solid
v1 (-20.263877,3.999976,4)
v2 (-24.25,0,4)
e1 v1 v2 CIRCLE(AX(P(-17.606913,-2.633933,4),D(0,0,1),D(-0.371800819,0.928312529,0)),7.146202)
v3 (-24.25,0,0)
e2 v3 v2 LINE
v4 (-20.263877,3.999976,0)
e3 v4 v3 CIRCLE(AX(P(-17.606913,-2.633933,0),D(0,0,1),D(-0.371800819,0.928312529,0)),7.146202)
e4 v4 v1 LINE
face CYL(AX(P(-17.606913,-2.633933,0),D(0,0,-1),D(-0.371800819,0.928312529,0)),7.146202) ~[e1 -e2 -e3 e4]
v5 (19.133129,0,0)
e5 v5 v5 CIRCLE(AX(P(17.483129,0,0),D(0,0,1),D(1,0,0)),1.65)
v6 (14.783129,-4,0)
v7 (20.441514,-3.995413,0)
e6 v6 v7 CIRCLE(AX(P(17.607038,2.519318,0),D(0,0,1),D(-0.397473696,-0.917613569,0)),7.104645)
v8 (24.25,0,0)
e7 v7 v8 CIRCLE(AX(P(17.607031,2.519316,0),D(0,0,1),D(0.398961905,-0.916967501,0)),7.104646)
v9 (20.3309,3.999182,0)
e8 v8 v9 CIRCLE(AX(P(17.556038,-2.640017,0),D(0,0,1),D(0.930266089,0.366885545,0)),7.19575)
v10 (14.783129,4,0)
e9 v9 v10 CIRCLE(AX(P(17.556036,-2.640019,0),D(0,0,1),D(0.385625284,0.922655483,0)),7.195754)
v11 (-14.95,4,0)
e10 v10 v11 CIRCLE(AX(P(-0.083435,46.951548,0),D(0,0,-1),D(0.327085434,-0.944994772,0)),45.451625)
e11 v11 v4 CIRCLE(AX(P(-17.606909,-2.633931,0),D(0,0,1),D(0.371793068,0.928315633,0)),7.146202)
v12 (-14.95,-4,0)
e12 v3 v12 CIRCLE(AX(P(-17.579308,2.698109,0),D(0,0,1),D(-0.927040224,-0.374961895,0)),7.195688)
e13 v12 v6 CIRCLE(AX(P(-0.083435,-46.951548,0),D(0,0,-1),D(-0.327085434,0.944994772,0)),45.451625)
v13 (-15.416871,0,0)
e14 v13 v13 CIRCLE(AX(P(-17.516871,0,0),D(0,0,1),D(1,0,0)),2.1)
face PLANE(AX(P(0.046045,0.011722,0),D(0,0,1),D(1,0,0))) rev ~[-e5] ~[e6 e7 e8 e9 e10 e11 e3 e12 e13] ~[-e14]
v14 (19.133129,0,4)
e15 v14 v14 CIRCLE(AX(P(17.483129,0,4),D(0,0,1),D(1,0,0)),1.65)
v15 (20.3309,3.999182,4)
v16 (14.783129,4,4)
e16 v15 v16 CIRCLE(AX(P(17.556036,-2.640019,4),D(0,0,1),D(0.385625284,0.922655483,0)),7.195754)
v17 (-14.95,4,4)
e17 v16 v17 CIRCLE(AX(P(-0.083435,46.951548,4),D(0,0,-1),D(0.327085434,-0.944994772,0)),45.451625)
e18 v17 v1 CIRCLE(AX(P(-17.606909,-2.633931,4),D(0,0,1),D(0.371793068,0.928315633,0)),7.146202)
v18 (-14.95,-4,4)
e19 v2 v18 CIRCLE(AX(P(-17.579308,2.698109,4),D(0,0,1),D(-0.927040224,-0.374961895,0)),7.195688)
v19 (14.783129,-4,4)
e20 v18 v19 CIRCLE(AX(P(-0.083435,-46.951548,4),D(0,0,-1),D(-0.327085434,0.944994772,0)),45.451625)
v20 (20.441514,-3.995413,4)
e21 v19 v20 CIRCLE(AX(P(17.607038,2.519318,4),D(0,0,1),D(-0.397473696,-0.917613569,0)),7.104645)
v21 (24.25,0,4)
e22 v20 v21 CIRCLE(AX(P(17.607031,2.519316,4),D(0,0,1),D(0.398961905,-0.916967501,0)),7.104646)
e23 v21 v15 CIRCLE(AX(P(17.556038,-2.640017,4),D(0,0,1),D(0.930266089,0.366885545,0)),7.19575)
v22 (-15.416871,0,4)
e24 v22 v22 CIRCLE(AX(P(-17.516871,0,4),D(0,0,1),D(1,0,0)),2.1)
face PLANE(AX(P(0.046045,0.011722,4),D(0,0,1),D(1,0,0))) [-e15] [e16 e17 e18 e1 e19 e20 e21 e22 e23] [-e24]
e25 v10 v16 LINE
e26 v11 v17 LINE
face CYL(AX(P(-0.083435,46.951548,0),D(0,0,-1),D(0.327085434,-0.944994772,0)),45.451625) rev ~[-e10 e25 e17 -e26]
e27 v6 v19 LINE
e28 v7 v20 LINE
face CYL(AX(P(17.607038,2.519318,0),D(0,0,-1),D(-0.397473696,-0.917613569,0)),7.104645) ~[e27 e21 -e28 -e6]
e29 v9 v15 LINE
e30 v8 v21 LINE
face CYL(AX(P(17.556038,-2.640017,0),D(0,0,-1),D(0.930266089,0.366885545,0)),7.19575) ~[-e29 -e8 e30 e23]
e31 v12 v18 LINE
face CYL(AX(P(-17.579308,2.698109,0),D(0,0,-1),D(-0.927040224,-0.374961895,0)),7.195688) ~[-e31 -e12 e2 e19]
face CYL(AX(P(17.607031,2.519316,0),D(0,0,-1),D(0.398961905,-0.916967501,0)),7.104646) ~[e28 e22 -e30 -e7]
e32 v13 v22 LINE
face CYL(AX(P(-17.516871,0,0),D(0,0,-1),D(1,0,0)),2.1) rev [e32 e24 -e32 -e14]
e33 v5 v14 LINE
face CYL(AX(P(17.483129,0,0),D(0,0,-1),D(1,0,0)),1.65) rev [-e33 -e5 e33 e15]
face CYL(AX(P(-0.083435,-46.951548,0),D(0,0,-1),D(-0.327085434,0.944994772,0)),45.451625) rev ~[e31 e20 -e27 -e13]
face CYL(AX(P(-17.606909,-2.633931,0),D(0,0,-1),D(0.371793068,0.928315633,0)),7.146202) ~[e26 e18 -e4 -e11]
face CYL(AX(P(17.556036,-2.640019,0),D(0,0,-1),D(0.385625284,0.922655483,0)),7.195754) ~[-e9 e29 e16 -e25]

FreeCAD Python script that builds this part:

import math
import FreeCAD as App
import Part
import Sketcher
from FreeCAD import Vector
Q = App.Units.Quantity

doc = App.newDocument("Part")
body = doc.addObject("PartDesign::Body", "Body")

sketch1 = body.newObject("Sketcher::SketchObject", "Sketch")
sketch1.AttachmentSupport = (doc.getObject("XY_Plane"), [""])
sketch1.MapMode = "FlatFace"
sketch1.addGeometry(Part.ArcOfCircle(Part.Circle(Vector(-0.1, -47, 0), Vector(0, 0, 1), 45.5), math.radians(71), math.radians(109)), False)
sketch1.addGeometry(Part.ArcOfCircle(Part.Circle(Vector(17.6, 2.5, 0), Vector(0, 0, 1), 7.1), math.radians(-113), math.radians(-66)), False)
sketch1.addGeometry(Part.ArcOfCircle(Part.Circle(Vector(17.6, 2.5, 0), Vector(0, 0, 1), 7.1), math.radians(-66), math.radians(-21)), False)
sketch1.addGeometry(Part.ArcOfCircle(Part.Circle(Vector(17.6, -2.6, 0), Vector(0, 0, 1), 7.2), math.radians(22), math.radians(67)), False)
sketch1.addGeometry(Part.ArcOfCircle(Part.Circle(Vector(17.6, -2.6, 0), Vector(0, 0, 1), 7.2), math.radians(67), math.radians(113)), False)
sketch1.addGeometry(Part.ArcOfCircle(Part.Circle(Vector(-0.1, 47, 0), Vector(0, 0, 1), 45.5), math.radians(-109), math.radians(-71)), False)
sketch1.addGeometry(Part.ArcOfCircle(Part.Circle(Vector(-17.6, -2.6, 0), Vector(0, 0, 1), 7.1), math.radians(68), math.radians(112)), False)
sketch1.addGeometry(Part.ArcOfCircle(Part.Circle(Vector(-17.6, -2.6, 0), Vector(0, 0, 1), 7.1), math.radians(112), math.radians(158)), False)
sketch1.addGeometry(Part.ArcOfCircle(Part.Circle(Vector(-17.6, 2.7, 0), Vector(0, 0, 1), 7.2), math.radians(-158), math.radians(-69)), False)
sketch1.addGeometry(Part.Circle(Vector(-17.5, 0, 0), Vector(0, 0, 1), 2.1), False)
sketch1.addGeometry(Part.Circle(Vector(17.5, 0, 0), Vector(0, 0, 1), 1.6), False)
sketch1.addConstraint(Sketcher.Constraint("Coincident", 0, 1, 1, 1))
sketch1.addConstraint(Sketcher.Constraint("Tangent", 1, 2, 2, 1))
sketch1.addConstraint(Sketcher.Constraint("Coincident", 2, 2, 3, 1))
sketch1.addConstraint(Sketcher.Constraint("Tangent", 3, 2, 4, 1))
sketch1.addConstraint(Sketcher.Constraint("Coincident", 4, 2, 5, 2))
sketch1.addConstraint(Sketcher.Constraint("Coincident", 5, 1, 6, 1))
sketch1.addConstraint(Sketcher.Constraint("Tangent", 6, 2, 7, 1))
sketch1.addConstraint(Sketcher.Constraint("Coincident", 7, 2, 8, 1))
sketch1.addConstraint(Sketcher.Constraint("Coincident", 8, 2, 0, 2))
sketch1.addConstraint(Sketcher.Constraint("Equal", 1, 2))
sketch1.addConstraint(Sketcher.Constraint("Equal", 0, 5))
sketch1.addConstraint(Sketcher.Constraint("Equal", 6, 7))
sketch1.addConstraint(Sketcher.Constraint("Symmetric", 2, 2, 7, 2, -1, 1))
sketch1.addConstraint(Sketcher.Constraint("Symmetric", 0, 3, 5, 3, -1))
sketch1.addConstraint(Sketcher.Constraint("PointOnObject", 9, 3, -1))
sketch1.addConstraint(Sketcher.Constraint("PointOnObject", 10, 3, -1))
sketch1.addConstraint(Sketcher.Constraint("PointOnObject", 2, 2, -1))
sketch1.addConstraint(Sketcher.Constraint("Horizontal", 4, 2, 5, 1))
sketch1.addConstraint(Sketcher.Constraint("Horizontal", 0, 1, 8, 2))
sketch1.addConstraint(Sketcher.Constraint("Vertical", 0, 1, 4, 2))
sketch1.addConstraint(Sketcher.Constraint("Diameter", 9, Q("4.2 mm")))
sketch1.addConstraint(Sketcher.Constraint("Diameter", 10, Q("3.3 mm")))
sketch1.addConstraint(Sketcher.Constraint("DistanceY", 0, 1, -1, 1, Q("4 mm")))
sketch1.addConstraint(Sketcher.Constraint("DistanceX", 9, 3, 10, 3, Q("35 mm")))
sketch1.addConstraint(Sketcher.Constraint("DistanceX", 0, 1, 10, 3, Q("2.7 mm")))
sketch1.addConstraint(Sketcher.Constraint("DistanceX", -1, 1, 2, 2, Q("24.25 mm")))
sketch1.addConstraint(Sketcher.Constraint("DistanceX", 5, 1, -1, 1, Q("14.95 mm")))
sketch1.addConstraint(Sketcher.Constraint("Radius", 3, Q("7.19575 mm")))
sketch1.addConstraint(Sketcher.Constraint("Radius", 0, Q("45.451625 mm")))
sketch1.addConstraint(Sketcher.Constraint("Radius", 1, Q("7.104645 mm")))
sketch1.addConstraint(Sketcher.Constraint("Radius", 4, Q("7.195754 mm")))
sketch1.addConstraint(Sketcher.Constraint("Radius", 6, Q("7.146202 mm")))
sketch1.addConstraint(Sketcher.Constraint("Radius", 8, Q("7.195688 mm")))
sketch1.addConstraint(Sketcher.Constraint("DistanceX", -1, 1, 3, 2, Q("20.3309 mm")))
sketch1.addConstraint(Sketcher.Constraint("DistanceX", 10, 3, 2, 3, Q("0.123902 mm")))
sketch1.addConstraint(Sketcher.Constraint("DistanceX", 4, 3, 1, 2, Q("2.885478 mm")))
sketch1.addConstraint(Sketcher.Constraint("DistanceX", 6, 2, 8, 3, Q("2.684569 mm")))
pad1 = body.newObject("PartDesign::Pad", "Pad")
pad1.Profile = sketch1
pad1.Length = 4

doc.recompute()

◆ ◆ ◆ ◆ ◆ ◆ ◆

* **About this task**
Return only the part of the records above that opens with the line containing "e24 v22 v22" and closes with the line containing "e29 v9 v15 LINE", ends included.

* **Response box**
e24 v22 v22 CIRCLE(AX(P(-17.516871,0,4),D(0,0,1),D(1,0,0)),2.1)
face PLANE(AX(P(0.046045,0.011722,4),D(0,0,1),D(1,0,0))) [-e15] [e16 e17 e18 e1 e19 e20 e21 e22 e23] [-e24]
e25 v10 v16 LINE
e26 v11 v17 LINE
face CYL(AX(P(-0.083435,46.951548,0),D(0,0,-1),D(0.327085434,-0.944994772,0)),45.451625) rev ~[-e10 e25 e17 -e26]
e27 v6 v19 LINE
e28 v7 v20 LINE
face CYL(AX(P(17.607038,2.519318,0),D(0,0,-1),D(-0.397473696,-0.917613569,0)),7.104645) ~[e27 e21 -e28 -e6]
e29 v9 v15 LINE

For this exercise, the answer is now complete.